◆ **Working data**:
+ + +
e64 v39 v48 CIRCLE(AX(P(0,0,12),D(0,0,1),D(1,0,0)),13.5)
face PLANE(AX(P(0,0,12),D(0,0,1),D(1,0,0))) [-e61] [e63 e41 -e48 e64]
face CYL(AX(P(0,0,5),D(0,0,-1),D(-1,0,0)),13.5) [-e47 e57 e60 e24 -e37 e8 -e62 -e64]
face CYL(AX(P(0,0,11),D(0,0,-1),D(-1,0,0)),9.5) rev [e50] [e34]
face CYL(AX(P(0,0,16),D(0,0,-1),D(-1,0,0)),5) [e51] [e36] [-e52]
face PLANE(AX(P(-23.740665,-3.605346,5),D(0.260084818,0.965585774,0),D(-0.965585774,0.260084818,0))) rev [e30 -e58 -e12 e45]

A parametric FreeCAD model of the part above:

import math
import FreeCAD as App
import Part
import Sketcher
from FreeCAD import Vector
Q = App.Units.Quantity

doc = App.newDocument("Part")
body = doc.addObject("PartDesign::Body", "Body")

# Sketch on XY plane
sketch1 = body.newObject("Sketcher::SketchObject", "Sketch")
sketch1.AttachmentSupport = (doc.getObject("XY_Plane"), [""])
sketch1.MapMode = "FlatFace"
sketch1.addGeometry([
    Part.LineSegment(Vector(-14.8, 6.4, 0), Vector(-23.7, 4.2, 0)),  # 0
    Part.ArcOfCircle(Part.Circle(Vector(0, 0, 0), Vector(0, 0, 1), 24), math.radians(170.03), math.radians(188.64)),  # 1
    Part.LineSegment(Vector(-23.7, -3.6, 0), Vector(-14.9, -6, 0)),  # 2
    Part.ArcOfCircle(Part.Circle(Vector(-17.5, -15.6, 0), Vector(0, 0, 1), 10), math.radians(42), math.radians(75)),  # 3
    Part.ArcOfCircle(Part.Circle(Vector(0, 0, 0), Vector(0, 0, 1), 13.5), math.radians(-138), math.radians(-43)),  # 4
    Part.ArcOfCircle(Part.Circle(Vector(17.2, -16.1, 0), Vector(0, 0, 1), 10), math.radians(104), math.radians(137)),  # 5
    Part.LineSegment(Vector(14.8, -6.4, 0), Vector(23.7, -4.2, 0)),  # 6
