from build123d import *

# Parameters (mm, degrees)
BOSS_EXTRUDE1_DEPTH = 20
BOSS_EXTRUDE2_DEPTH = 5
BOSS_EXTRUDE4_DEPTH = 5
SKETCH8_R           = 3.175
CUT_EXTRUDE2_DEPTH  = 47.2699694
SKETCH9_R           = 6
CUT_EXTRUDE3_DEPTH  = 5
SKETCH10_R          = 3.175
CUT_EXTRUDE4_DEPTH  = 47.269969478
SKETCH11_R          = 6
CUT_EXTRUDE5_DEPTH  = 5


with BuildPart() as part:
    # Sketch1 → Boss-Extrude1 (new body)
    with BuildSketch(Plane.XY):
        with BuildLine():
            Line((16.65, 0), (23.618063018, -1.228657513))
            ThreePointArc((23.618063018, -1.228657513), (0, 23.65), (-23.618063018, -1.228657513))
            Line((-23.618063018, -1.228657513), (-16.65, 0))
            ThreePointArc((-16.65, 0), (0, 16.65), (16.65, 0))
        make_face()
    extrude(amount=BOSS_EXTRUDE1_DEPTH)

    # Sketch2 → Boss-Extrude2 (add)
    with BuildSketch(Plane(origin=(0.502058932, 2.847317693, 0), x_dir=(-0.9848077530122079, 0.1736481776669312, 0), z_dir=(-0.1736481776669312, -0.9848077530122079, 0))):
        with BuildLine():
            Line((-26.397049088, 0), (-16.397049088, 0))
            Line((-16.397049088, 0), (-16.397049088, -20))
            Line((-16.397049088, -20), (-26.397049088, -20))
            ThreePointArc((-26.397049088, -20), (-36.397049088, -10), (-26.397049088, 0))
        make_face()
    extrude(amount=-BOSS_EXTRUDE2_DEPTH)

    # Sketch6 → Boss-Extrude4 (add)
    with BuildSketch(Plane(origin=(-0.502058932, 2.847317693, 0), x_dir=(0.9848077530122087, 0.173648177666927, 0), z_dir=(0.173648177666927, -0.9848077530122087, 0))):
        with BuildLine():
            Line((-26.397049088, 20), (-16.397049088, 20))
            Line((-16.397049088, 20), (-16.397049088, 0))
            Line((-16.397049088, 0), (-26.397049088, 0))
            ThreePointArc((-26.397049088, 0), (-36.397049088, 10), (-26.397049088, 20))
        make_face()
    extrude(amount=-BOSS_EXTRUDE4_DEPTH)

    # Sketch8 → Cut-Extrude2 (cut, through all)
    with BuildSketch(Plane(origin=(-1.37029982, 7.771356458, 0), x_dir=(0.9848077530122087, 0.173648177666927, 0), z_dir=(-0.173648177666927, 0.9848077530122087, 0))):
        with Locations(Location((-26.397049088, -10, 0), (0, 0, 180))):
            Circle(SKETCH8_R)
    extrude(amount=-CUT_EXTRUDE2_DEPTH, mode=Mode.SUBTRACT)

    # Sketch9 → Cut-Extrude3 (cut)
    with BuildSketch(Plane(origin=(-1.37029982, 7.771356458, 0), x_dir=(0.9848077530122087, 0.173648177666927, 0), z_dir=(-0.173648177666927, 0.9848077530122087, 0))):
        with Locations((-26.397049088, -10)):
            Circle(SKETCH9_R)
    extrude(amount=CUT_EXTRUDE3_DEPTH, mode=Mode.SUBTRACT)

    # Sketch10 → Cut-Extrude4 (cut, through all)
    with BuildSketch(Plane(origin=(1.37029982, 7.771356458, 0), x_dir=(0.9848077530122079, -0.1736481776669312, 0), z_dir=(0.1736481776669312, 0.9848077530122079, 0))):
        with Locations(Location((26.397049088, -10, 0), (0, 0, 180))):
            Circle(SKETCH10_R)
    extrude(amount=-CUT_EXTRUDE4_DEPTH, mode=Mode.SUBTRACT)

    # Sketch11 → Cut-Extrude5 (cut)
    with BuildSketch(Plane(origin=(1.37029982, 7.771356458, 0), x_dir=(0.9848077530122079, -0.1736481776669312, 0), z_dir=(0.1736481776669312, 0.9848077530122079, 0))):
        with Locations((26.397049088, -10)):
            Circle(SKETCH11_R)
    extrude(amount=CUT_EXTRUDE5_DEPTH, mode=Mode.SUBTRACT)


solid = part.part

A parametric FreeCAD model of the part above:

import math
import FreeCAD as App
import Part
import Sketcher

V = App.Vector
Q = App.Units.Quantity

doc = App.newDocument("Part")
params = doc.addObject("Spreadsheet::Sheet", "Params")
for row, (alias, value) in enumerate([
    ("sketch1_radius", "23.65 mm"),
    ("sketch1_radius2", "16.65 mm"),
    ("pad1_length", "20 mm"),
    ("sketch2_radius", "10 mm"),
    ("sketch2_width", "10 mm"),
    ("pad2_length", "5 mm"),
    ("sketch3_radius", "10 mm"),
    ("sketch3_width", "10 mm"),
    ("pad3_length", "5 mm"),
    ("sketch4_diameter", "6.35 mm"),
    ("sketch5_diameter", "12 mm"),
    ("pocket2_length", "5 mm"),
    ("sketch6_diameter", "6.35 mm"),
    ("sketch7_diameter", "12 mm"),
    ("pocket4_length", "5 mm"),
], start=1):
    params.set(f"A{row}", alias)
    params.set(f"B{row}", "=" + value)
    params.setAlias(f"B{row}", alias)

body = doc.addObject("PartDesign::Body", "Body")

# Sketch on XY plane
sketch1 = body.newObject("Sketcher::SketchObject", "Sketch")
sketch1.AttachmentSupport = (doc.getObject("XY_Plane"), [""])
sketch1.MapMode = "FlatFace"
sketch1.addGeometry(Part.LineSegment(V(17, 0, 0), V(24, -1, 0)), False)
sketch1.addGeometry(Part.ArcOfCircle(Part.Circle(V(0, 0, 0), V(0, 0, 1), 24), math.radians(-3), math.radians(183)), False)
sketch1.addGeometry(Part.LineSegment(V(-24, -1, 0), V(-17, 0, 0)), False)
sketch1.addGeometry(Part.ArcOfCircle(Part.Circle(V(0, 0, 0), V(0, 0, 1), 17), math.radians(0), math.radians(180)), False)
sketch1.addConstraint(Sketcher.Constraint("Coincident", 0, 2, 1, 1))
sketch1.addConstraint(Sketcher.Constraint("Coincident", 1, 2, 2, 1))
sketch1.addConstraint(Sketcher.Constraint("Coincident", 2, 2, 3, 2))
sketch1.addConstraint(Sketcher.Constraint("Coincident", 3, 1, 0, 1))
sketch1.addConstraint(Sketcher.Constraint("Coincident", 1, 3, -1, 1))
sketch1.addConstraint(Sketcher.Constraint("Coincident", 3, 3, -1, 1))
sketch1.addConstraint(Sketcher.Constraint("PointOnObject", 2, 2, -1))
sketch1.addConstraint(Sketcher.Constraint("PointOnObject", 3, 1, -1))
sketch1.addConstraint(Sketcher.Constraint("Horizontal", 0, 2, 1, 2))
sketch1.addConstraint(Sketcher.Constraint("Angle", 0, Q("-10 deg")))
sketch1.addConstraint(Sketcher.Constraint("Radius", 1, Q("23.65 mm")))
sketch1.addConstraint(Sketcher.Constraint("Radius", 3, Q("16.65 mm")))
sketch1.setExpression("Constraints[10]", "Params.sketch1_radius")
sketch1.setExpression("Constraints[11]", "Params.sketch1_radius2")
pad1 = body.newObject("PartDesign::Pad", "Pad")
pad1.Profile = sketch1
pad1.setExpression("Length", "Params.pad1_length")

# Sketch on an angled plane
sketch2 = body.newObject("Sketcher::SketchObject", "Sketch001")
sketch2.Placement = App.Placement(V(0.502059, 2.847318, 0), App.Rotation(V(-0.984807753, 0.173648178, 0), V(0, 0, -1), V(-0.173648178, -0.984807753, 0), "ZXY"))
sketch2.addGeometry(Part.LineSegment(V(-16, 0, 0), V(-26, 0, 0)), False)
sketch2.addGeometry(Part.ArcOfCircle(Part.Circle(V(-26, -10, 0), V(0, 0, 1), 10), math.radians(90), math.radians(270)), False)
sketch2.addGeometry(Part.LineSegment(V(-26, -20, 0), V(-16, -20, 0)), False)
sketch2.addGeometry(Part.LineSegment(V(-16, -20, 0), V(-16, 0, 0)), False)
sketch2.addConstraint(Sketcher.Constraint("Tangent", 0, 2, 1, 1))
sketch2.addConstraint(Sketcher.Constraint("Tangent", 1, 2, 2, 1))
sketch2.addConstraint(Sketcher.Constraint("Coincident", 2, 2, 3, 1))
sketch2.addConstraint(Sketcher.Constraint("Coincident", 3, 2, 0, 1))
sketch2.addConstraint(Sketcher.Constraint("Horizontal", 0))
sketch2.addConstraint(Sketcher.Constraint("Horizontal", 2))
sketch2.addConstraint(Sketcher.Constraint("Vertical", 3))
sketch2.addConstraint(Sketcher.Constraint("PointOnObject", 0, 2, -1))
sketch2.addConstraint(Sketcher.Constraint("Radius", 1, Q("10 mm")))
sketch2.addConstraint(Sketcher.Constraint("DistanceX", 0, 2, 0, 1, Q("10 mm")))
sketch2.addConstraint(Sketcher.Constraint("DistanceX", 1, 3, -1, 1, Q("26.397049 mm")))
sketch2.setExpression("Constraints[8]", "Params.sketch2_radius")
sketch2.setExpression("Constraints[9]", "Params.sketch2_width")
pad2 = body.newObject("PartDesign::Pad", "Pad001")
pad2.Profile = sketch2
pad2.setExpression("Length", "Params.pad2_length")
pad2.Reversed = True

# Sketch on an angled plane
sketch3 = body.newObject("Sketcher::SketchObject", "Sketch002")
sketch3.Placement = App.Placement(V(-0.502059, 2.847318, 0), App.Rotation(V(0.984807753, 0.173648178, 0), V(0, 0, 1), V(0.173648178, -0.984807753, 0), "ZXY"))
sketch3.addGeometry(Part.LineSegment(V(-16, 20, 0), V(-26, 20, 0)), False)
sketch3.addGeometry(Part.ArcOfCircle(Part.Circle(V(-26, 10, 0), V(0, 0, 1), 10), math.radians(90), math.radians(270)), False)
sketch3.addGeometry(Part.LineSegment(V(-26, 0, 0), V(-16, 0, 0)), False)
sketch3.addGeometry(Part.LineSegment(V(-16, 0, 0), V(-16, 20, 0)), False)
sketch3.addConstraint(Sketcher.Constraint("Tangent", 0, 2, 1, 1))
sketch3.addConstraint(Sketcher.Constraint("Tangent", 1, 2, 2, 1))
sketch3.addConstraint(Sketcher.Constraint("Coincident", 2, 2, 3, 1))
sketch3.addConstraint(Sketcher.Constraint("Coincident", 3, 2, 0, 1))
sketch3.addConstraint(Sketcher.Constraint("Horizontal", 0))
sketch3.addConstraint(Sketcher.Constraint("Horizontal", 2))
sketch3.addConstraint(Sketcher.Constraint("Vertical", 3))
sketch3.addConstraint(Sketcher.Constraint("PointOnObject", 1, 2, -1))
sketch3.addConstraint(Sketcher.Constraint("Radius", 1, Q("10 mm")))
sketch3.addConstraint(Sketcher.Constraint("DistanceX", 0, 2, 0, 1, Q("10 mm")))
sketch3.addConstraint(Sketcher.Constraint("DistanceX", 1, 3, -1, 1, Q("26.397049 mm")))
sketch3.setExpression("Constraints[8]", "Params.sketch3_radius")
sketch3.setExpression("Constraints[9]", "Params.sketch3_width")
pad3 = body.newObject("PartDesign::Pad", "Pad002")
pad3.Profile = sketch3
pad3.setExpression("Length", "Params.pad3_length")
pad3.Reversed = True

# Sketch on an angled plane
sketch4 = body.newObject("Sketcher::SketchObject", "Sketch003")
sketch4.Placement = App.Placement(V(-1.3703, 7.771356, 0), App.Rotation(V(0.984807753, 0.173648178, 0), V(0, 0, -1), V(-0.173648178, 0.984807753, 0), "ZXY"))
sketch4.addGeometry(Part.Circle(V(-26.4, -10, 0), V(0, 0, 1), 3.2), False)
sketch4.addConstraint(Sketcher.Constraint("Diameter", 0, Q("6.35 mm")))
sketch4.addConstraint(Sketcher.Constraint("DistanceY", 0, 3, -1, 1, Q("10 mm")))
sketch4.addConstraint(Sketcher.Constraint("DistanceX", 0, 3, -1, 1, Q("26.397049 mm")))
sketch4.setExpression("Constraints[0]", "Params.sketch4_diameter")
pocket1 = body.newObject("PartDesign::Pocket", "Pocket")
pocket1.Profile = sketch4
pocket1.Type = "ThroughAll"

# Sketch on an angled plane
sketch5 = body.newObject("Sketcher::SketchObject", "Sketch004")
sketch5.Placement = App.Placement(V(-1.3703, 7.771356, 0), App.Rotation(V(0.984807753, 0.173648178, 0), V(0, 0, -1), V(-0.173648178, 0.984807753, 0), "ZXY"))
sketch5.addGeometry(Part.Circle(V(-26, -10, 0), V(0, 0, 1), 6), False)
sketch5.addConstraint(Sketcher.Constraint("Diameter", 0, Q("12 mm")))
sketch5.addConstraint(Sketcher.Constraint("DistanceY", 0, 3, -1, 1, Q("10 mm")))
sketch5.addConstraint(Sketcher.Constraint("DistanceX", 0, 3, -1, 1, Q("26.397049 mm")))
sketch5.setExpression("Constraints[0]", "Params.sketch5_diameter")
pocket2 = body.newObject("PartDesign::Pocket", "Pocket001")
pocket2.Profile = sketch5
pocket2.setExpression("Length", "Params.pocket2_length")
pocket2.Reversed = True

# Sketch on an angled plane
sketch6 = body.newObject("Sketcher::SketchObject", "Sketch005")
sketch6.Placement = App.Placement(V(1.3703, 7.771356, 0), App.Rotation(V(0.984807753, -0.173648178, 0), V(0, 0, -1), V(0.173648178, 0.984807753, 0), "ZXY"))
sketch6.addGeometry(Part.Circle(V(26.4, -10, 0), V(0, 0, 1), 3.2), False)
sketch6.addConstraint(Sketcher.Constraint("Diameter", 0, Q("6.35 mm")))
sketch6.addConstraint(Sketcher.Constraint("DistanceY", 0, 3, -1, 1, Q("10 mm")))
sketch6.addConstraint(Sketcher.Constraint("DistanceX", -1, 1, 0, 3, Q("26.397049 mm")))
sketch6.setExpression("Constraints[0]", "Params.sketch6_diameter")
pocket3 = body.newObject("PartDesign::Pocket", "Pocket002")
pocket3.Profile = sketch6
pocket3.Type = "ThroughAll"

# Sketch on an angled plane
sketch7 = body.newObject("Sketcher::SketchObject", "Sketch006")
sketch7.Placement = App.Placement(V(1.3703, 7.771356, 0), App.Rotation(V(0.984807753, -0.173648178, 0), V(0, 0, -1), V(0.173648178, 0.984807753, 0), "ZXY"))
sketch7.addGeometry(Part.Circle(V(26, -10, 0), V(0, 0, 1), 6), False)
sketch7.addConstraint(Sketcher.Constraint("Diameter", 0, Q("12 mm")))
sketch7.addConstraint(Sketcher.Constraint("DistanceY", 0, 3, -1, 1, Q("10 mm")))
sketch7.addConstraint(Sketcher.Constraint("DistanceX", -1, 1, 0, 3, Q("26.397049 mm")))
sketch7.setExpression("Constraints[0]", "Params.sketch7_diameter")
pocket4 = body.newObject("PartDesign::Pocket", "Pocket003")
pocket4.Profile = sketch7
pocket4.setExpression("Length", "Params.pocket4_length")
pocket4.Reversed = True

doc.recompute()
+ + +
◆ **Directions**:
Wherever the word "ThreePointArc" turns up in the records above, copy the line that holds it.

◆ **Finished task**:
            ThreePointArc((23.618063018, -1.228657513), (0, 23.65), (-23.618063018, -1.228657513))
            ThreePointArc((-16.65, 0), (0, 16.65), (16.65, 0))
            ThreePointArc((-26.397049088, -20), (-36.397049088, -10), (-26.397049088, 0))
            ThreePointArc((-26.397049088, 0), (-36.397049088, 10), (-26.397049088, 20))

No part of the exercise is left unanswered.